» SOURCE DATA
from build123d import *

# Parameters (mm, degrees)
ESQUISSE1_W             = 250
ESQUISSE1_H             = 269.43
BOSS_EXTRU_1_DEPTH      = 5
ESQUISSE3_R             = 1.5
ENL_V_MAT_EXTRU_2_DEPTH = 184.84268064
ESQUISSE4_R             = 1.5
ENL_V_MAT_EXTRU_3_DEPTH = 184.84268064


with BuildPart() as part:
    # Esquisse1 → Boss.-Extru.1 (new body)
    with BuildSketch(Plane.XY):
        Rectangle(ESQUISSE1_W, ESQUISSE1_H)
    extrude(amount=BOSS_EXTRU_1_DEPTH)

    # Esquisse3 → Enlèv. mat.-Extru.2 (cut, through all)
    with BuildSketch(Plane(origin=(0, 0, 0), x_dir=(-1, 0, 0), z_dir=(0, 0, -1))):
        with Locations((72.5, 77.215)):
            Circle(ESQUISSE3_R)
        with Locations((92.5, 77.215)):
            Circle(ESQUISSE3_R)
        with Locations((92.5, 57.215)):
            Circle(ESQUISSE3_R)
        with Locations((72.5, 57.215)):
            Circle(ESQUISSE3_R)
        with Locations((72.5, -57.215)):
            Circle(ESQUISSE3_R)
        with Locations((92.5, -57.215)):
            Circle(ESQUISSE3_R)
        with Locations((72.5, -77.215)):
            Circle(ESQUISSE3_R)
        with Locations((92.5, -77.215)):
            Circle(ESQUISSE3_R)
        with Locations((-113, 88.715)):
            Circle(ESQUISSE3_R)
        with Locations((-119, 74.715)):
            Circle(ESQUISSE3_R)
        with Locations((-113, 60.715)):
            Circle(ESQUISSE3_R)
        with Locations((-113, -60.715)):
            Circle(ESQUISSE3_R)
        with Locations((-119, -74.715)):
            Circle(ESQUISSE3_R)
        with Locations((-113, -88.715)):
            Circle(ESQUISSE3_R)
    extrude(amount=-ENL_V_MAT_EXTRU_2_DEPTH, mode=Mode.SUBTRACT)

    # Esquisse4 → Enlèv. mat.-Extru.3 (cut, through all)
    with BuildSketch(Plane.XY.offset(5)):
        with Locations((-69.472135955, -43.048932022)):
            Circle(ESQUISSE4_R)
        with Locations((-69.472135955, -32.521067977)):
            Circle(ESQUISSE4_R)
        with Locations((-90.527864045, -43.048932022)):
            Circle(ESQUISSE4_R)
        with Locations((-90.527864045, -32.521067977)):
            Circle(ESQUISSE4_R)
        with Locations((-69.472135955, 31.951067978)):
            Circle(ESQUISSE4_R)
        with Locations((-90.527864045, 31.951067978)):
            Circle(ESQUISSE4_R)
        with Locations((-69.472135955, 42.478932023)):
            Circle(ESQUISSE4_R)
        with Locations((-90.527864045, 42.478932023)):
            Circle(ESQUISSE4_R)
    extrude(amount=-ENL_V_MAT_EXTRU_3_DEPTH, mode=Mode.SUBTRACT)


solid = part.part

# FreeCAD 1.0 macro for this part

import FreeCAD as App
import Part
import Sketcher
from FreeCAD import Vector

doc = App.newDocument("Part")
params = doc.addObject("Spreadsheet::Sheet", "Params")
for row, (alias, value) in enumerate([
    ("sketch1_width", "250 mm"),
    ("sketch1_height", "269.43 mm"),
    ("pad1_length", "5 mm"),
    ("sketch2_diameter", "3 mm"),
    ("sketch3_diameter", "3 mm"),
], start=1):
    params.set(f"A{row}", alias)
    params.set(f"B{row}", "=" + value)
    params.setAlias(f"B{row}", alias)

body = doc.addObject("PartDesign::Body", "Body")

# Sketch on XY plane
sketch1 = body.newObject("Sketcher::SketchObject", "Sketch")
sketch1.AttachmentSupport = (doc.getObject("XY_Plane"), [""])
sketch1.MapMode = "FlatFace"
sketch1.addGeometry(Part.LineSegment(Vector(-125, 135, 0), Vector(-125, -135, 0)), False)
sketch1.addGeometry(Part.LineSegment(Vector(-125, -135, 0), Vector(125, -135, 0)), False)
sketch1.addGeometry(Part.LineSegment(Vector(125, -135, 0), Vector(125, 135, 0)), False)
sketch1.addGeometry(Part.LineSegment(Vector(125, 135, 0), Vector(-125, 135, 0)), False)
sketch1.addConstraint(Sketcher.Constraint("Coincident", 0, 2, 1, 1))
sketch1.addConstraint(Sketcher.Constraint("Coincident", 1, 2, 2, 1))
sketch1.addConstraint(Sketcher.Constraint("Coincident", 2, 2, 3, 1))
sketch1.addConstraint(Sketcher.Constraint("Coincident", 3, 2, 0, 1))
sketch1.addConstraint(Sketcher.Constraint("Vertical", 0))
sketch1.addConstraint(Sketcher.Constraint("Horizontal", 1))
sketch1.addConstraint(Sketcher.Constraint("Vertical", 2))
sketch1.addConstraint(Sketcher.Constraint("Horizontal", 3))
sketch1.addConstraint(Sketcher.Constraint("Symmetric", 0, 2, 2, 2, -1, 1))
sketch1.addConstraint(Sketcher.Constraint("DistanceX", 1, 1, 1, 2, 250.0))
sketch1.addConstraint(Sketcher.Constraint("DistanceY", 0, 2, 0, 1, 269.43))
sketch1.setExpression("Constraints[9]", "Params.sketch1_width")
sketch1.setExpression("Constraints[10]", "Params.sketch1_height")
pad1 = body.newObject("PartDesign::Pad", "Pad")
pad1.Profile = sketch1
pad1.setExpression("Length", "Params.pad1_length")

# Sketch on XY plane
sketch2 = body.newObject("Sketcher::SketchObject", "Sketch001")
sketch2.AttachmentSupport = (doc.getObject("XY_Plane"), [""])
sketch2.MapMode = "FlatFace"
sketch2.addGeometry(Part.Circle(Vector(-72.5, 77.2, 0), Vector(0, 0, 1), 1.5), False)
sketch2.addGeometry(Part.Circle(Vector(-92.5, 77.2, 0), Vector(0, 0, 1), 1.5), False)
sketch2.addGeometry(Part.Circle(Vector(-92.5, 57.2, 0), Vector(0, 0, 1), 1.5), False)
sketch2.addGeometry(Part.Circle(Vector(-72.5, 57.2, 0), Vector(0, 0, 1), 1.5), False)
sketch2.addGeometry(Part.Circle(Vector(-72.5, -57.2, 0), Vector(0, 0, 1), 1.5), False)
sketch2.addGeometry(Part.Circle(Vector(-92.5, -57.2, 0), Vector(0, 0, 1), 1.5), False)
sketch2.addGeometry(Part.Circle(Vector(-72.5, -77.2, 0), Vector(0, 0, 1), 1.5), False)
sketch2.addGeometry(Part.Circle(Vector(-92.5, -77.2, 0), Vector(0, 0, 1), 1.5), False)
sketch2.addGeometry(Part.Circle(Vector(113, 88.7, 0), Vector(0, 0, 1), 1.5), False)
sketch2.addGeometry(Part.Circle(Vector(119, 74.7, 0), Vector(0, 0, 1), 1.5), False)
sketch2.addGeometry(Part.Circle(Vector(113, 60.7, 0), Vector(0, 0, 1), 1.5), False)
sketch2.addGeometry(Part.Circle(Vector(113, -60.7, 0), Vector(0, 0, 1), 1.5), False)
sketch2.addGeometry(Part.Circle(Vector(119, -74.7, 0), Vector(0, 0, 1), 1.5), False)
sketch2.addGeometry(Part.Circle(Vector(113, -88.7, 0), Vector(0, 0, 1), 1.5), False)
sketch2.addConstraint(Sketcher.Constraint("Equal", 0, 1))
sketch2.addConstraint(Sketcher.Constraint("Equal", 1, 2))
sketch2.addConstraint(Sketcher.Constraint("Equal", 2, 3))
sketch2.addConstraint(Sketcher.Constraint("Equal", 3, 4))
sketch2.addConstraint(Sketcher.Constraint("Equal", 4, 5))
sketch2.addConstraint(Sketcher.Constraint("Equal", 5, 6))
sketch2.addConstraint(Sketcher.Constraint("Equal", 6, 7))
sketch2.addConstraint(Sketcher.Constraint("Equal", 7, 8))
sketch2.addConstraint(Sketcher.Constraint("Equal", 8, 9))
sketch2.addConstraint(Sketcher.Constraint("Equal", 9, 10))
sketch2.addConstraint(Sketcher.Constraint("Equal", 10, 11))
sketch2.addConstraint(Sketcher.Constraint("Equal", 11, 12))
sketch2.addConstraint(Sketcher.Constraint("Equal", 12, 13))
sketch2.addConstraint(Sketcher.Constraint("Symmetric", 3, 3, 4, 3, -1))
sketch2.addConstraint(Sketcher.Constraint("Symmetric", 2, 3, 5, 3, -1))
sketch2.addConstraint(Sketcher.Constraint("Symmetric", 0, 3, 6, 3, -1))
sketch2.addConstraint(Sketcher.Constraint("Symmetric", 1, 3, 7, 3, -1))
sketch2.addConstraint(Sketcher.Constraint("Symmetric", 10, 3, 11, 3, -1))
sketch2.addConstraint(Sketcher.Constraint("Symmetric", 9, 3, 12, 3, -1))
sketch2.addConstraint(Sketcher.Constraint("Symmetric", 8, 3, 13, 3, -1))
sketch2.addConstraint(Sketcher.Constraint("Horizontal", 0, 3, 1, 3))
sketch2.addConstraint(Sketcher.Constraint("Horizontal", 2, 3, 3, 3))
sketch2.addConstraint(Sketcher.Constraint("Vertical", 1, 3, 2, 3))
sketch2.addConstraint(Sketcher.Constraint("Vertical", 0, 3, 3, 3))
sketch2.addConstraint(Sketcher.Constraint("Vertical", 8, 3, 10, 3))
sketch2.addConstraint(Sketcher.Constraint("Diameter", 0, 3.0))
sketch2.addConstraint(Sketcher.Constraint("DistanceX", -1, 1, 8, 3, 113.0))
sketch2.addConstraint(Sketcher.Constraint("DistanceX", -1, 1, 9, 3, 119.0))
sketch2.addConstraint(Sketcher.Constraint("DistanceX", 1, 3, 0, 3, 20.0))
sketch2.addConstraint(Sketcher.Constraint("DistanceY", 2, 3, 1, 3, 20.0))
sketch2.addConstraint(Sketcher.Constraint("DistanceY", 9, 3, 8, 3, 14.0))
sketch2.addConstraint(Sketcher.Constraint("DistanceY", 10, 3, 9, 3, 14.0))
sketch2.addConstraint(Sketcher.Constraint("DistanceX", 0, 3, -1, 1, 72.5))
sketch2.addConstraint(Sketcher.Constraint("DistanceY", 0, 3, 8, 3, 11.5))
sketch2.addConstraint(Sketcher.Constraint("DistanceY", 4, 3, 3, 3, 114.43))
sketch2.setExpression("Constraints[25]", "Params.sketch2_diameter")
pocket1 = body.newObject("PartDesign::Pocket", "Pocket")
pocket1.Profile = sketch2
pocket1.Type = "ThroughAll"
pocket1.Reversed = True

# Sketch on XY plane
sketch3 = body.newObject("Sketcher::SketchObject", "Sketch002")
sketch3.AttachmentSupport = (doc.getObject("XY_Plane"), [""])
sketch3.MapMode = "FlatFace"
sketch3.AttachmentOffset = App.Placement(Vector(0, 0, 5), App.Rotation())
sketch3.addGeometry(Part.Circle(Vector(-69.5, -43, 0), Vector(0, 0, 1), 1.5), False)
sketch3.addGeometry(Part.Circle(Vector(-69.5, -32.5, 0), Vector(0, 0, 1), 1.5), False)
sketch3.addGeometry(Part.Circle(Vector(-90.5, -43, 0), Vector(0, 0, 1), 1.5), False)
sketch3.addGeometry(Part.Circle(Vector(-90.5, -32.5, 0), Vector(0, 0, 1), 1.5), False)
sketch3.addGeometry(Part.Circle(Vector(-69.5, 32, 0), Vector(0, 0, 1), 1.5), False)
sketch3.addGeometry(Part.Circle(Vector(-90.5, 32, 0), Vector(0, 0, 1), 1.5), False)
sketch3.addGeometry(Part.Circle(Vector(-69.5, 42.5, 0), Vector(0, 0, 1), 1.5), False)
sketch3.addGeometry(Part.Circle(Vector(-90.5, 42.5, 0), Vector(0, 0, 1), 1.5), False)
sketch3.addConstraint(Sketcher.Constraint("Equal", 0, 1))
sketch3.addConstraint(Sketcher.Constraint("Equal", 1, 2))
sketch3.addConstraint(Sketcher.Constraint("Equal", 2, 3))
sketch3.addConstraint(Sketcher.Constraint("Equal", 3, 4))
sketch3.addConstraint(Sketcher.Constraint("Equal", 4, 5))
sketch3.addConstraint(Sketcher.Constraint("Equal", 5, 6))
sketch3.addConstraint(Sketcher.Constraint("Equal", 6, 7))
sketch3.addConstraint(Sketcher.Constraint("Horizontal", 0, 3, 2, 3))
sketch3.addConstraint(Sketcher.Constraint("Horizontal", 1, 3, 3, 3))
sketch3.addConstraint(Sketcher.Constraint("Horizontal", 4, 3, 5, 3))
sketch3.addConstraint(Sketcher.Constraint("Horizontal", 6, 3, 7, 3))
sketch3.addConstraint(Sketcher.Constraint("Vertical", 0, 3, 1, 3))
sketch3.addConstraint(Sketcher.Constraint("Vertical", 2, 3, 3, 3))
sketch3.addConstraint(Sketcher.Constraint("Vertical", 1, 3, 4, 3))
sketch3.addConstraint(Sketcher.Constraint("Vertical", 3, 3, 5, 3))
sketch3.addConstraint(Sketcher.Constraint("Vertical", 4, 3, 6, 3))
sketch3.addConstraint(Sketcher.Constraint("Vertical", 5, 3, 7, 3))
sketch3.addConstraint(Sketcher.Constraint("Diameter", 0, 3.0))
sketch3.addConstraint(Sketcher.Constraint("DistanceY", 0, 3, 4, 3, 75.0))
sketch3.addConstraint(Sketcher.Constraint("DistanceY", 1, 3, 6, 3, 75.0))
sketch3.addConstraint(Sketcher.Constraint("DistanceX", 2, 3, 0, 3, 21.055728))
sketch3.addConstraint(Sketcher.Constraint("DistanceX", 0, 3, -1, 1, 69.472136))
sketch3.addConstraint(Sketcher.Constraint("DistanceY", 0, 3, -1, 1, 43.048932))
sketch3.addConstraint(Sketcher.Constraint("DistanceY", 1, 3, -1, 1, 32.521068))
sketch3.setExpression("Constraints[17]", "Params.sketch3_diameter")
pocket2 = body.newObject("PartDesign::Pocket", "Pocket001")
pocket2.Profile = sketch3
pocket2.Type = "ThroughAll"

doc.recompute()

» TASK INSTRUCTIONS
When a line in the listing includes the word "SUBTRACT", report that line in full.

» WRITTEN RESPONSE
    extrude(amount=-ENL_V_MAT_EXTRU_2_DEPTH, mode=Mode.SUBTRACT)
    extrude(amount=-ENL_V_MAT_EXTRU_3_DEPTH, mode=Mode.SUBTRACT)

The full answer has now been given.